Problem — Two lines below mark the span: the one containing "face PLANE(AX(P(0,-12.5,0),D(0,-1,0),D(0,0,1))) rev [e3]" and the one containing "Rebuilt in FreeCAD, every". Set down both, plus every line between, exactly as they stand, and nothing else.

[Saved data entries]
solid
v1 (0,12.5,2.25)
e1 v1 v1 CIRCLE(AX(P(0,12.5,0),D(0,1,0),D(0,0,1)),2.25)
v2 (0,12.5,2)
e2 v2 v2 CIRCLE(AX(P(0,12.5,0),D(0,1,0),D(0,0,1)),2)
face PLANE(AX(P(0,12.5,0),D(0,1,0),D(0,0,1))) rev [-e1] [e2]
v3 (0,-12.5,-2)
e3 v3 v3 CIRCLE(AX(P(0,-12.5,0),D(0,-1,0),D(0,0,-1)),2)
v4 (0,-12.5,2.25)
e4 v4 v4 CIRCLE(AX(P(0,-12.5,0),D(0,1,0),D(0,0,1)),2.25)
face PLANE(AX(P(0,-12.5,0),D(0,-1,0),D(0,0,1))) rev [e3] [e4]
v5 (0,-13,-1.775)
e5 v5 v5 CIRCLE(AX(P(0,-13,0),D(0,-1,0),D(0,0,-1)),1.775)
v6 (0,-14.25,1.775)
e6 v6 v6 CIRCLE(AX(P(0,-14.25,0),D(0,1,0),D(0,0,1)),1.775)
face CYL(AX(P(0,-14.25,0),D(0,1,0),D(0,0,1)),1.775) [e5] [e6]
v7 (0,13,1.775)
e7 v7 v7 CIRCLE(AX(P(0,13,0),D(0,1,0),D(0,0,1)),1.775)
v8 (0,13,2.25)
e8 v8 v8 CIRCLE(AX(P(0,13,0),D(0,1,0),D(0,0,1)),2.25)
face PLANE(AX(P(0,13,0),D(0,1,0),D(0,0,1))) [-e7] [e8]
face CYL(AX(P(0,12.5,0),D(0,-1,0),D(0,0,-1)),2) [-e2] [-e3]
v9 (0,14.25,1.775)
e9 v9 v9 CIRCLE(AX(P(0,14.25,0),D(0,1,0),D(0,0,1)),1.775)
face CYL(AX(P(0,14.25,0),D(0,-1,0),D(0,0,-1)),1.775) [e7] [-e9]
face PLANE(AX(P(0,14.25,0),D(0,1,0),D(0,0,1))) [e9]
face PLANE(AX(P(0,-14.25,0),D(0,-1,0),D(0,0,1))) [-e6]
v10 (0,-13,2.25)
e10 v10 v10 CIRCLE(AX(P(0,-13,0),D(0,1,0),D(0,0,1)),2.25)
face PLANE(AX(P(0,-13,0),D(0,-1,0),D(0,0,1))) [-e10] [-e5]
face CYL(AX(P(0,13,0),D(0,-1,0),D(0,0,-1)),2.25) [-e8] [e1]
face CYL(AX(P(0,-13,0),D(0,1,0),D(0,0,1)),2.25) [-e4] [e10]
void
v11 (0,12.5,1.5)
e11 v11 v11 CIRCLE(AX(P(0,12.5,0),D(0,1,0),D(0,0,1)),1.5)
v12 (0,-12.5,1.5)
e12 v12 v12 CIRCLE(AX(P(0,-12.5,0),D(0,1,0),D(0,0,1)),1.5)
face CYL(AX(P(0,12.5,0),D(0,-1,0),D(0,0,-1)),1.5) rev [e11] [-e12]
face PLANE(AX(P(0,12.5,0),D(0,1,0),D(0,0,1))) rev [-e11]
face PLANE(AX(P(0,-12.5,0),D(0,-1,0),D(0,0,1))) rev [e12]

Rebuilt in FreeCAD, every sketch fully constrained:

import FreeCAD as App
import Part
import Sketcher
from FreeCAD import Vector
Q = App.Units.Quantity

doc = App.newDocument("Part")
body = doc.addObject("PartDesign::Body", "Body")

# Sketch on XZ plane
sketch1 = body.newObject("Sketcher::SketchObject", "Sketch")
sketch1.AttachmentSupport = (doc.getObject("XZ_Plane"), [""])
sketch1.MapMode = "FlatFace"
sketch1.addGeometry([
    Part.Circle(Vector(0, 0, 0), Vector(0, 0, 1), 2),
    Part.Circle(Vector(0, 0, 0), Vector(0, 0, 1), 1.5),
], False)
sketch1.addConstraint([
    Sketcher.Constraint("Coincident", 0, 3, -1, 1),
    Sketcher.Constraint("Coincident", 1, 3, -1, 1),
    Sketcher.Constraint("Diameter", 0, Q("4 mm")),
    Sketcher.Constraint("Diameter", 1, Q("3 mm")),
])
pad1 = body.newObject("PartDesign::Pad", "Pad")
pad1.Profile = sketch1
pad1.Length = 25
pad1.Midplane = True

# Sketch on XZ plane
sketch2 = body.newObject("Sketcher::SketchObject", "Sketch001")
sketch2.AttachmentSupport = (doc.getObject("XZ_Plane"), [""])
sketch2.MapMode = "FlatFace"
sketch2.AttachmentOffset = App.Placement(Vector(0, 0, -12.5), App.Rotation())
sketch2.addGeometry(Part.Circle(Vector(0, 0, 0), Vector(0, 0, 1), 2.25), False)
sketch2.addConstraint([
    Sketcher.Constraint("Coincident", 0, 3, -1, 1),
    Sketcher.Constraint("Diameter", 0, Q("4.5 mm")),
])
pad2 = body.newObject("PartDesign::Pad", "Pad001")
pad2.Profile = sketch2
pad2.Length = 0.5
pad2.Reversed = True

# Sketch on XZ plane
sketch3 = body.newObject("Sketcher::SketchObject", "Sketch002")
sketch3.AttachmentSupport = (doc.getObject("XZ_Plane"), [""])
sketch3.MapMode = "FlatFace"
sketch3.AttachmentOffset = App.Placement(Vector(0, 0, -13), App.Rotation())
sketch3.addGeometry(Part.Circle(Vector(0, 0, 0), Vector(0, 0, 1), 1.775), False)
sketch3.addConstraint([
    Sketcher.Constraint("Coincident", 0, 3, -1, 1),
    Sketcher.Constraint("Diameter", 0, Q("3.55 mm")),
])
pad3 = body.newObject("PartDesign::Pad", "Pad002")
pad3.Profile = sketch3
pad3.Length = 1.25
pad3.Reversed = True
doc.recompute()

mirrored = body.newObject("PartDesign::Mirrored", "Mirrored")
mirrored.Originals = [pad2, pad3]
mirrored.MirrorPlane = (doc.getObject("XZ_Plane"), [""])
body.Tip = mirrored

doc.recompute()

Task response —
face PLANE(AX(P(0,-12.5,0),D(0,-1,0),D(0,0,1))) rev [e3] [e4]
v5 (0,-13,-1.775)
e5 v5 v5 CIRCLE(AX(P(0,-13,0),D(0,-1,0),D(0,0,-1)),1.775)
v6 (0,-14.25,1.775)
e6 v6 v6 CIRCLE(AX(P(0,-14.25,0),D(0,1,0),D(0,0,1)),1.775)
face CYL(AX(P(0,-14.25,0),D(0,1,0),D(0,0,1)),1.775) [e5] [e6]
v7 (0,13,1.775)
e7 v7 v7 CIRCLE(AX(P(0,13,0),D(0,1,0),D(0,0,1)),1.775)
v8 (0,13,2.25)
e8 v8 v8 CIRCLE(AX(P(0,13,0),D(0,1,0),D(0,0,1)),2.25)
face PLANE(AX(P(0,13,0),D(0,1,0),D(0,0,1))) [-e7] [e8]
face CYL(AX(P(0,12.5,0),D(0,-1,0),D(0,0,-1)),2) [-e2] [-e3]
v9 (0,14.25,1.775)
e9 v9 v9 CIRCLE(AX(P(0,14.25,0),D(0,1,0),D(0,0,1)),1.775)
face CYL(AX(P(0,14.25,0),D(0,-1,0),D(0,0,-1)),1.775) [e7] [-e9]
face PLANE(AX(P(0,14.25,0),D(0,1,0),D(0,0,1))) [e9]
face PLANE(AX(P(0,-14.25,0),D(0,-1,0),D(0,0,1))) [-e6]
v10 (0,-13,2.25)
e10 v10 v10 CIRCLE(AX(P(0,-13,0),D(0,1,0),D(0,0,1)),2.25)
face PLANE(AX(P(0,-13,0),D(0,-1,0),D(0,0,1))) [-e10] [-e5]
face CYL(AX(P(0,13,0),D(0,-1,0),D(0,0,-1)),2.25) [-e8] [e1]
face CYL(AX(P(0,-13,0),D(0,1,0),D(0,0,1)),2.25) [-e4] [e10]
void
v11 (0,12.5,1.5)
e11 v11 v11 CIRCLE(AX(P(0,12.5,0),D(0,1,0),D(0,0,1)),1.5)
v12 (0,-12.5,1.5)
e12 v12 v12 CIRCLE(AX(P(0,-12.5,0),D(0,1,0),D(0,0,1)),1.5)
face CYL(AX(P(0,12.5,0),D(0,-1,0),D(0,0,-1)),1.5) rev [e11] [-e12]
face PLANE(AX(P(0,12.5,0),D(0,1,0),D(0,0,1))) rev [-e11]
face PLANE(AX(P(0,-12.5,0),D(0,-1,0),D(0,0,1))) rev [e12]

Rebuilt in FreeCAD, every sketch fully constrained:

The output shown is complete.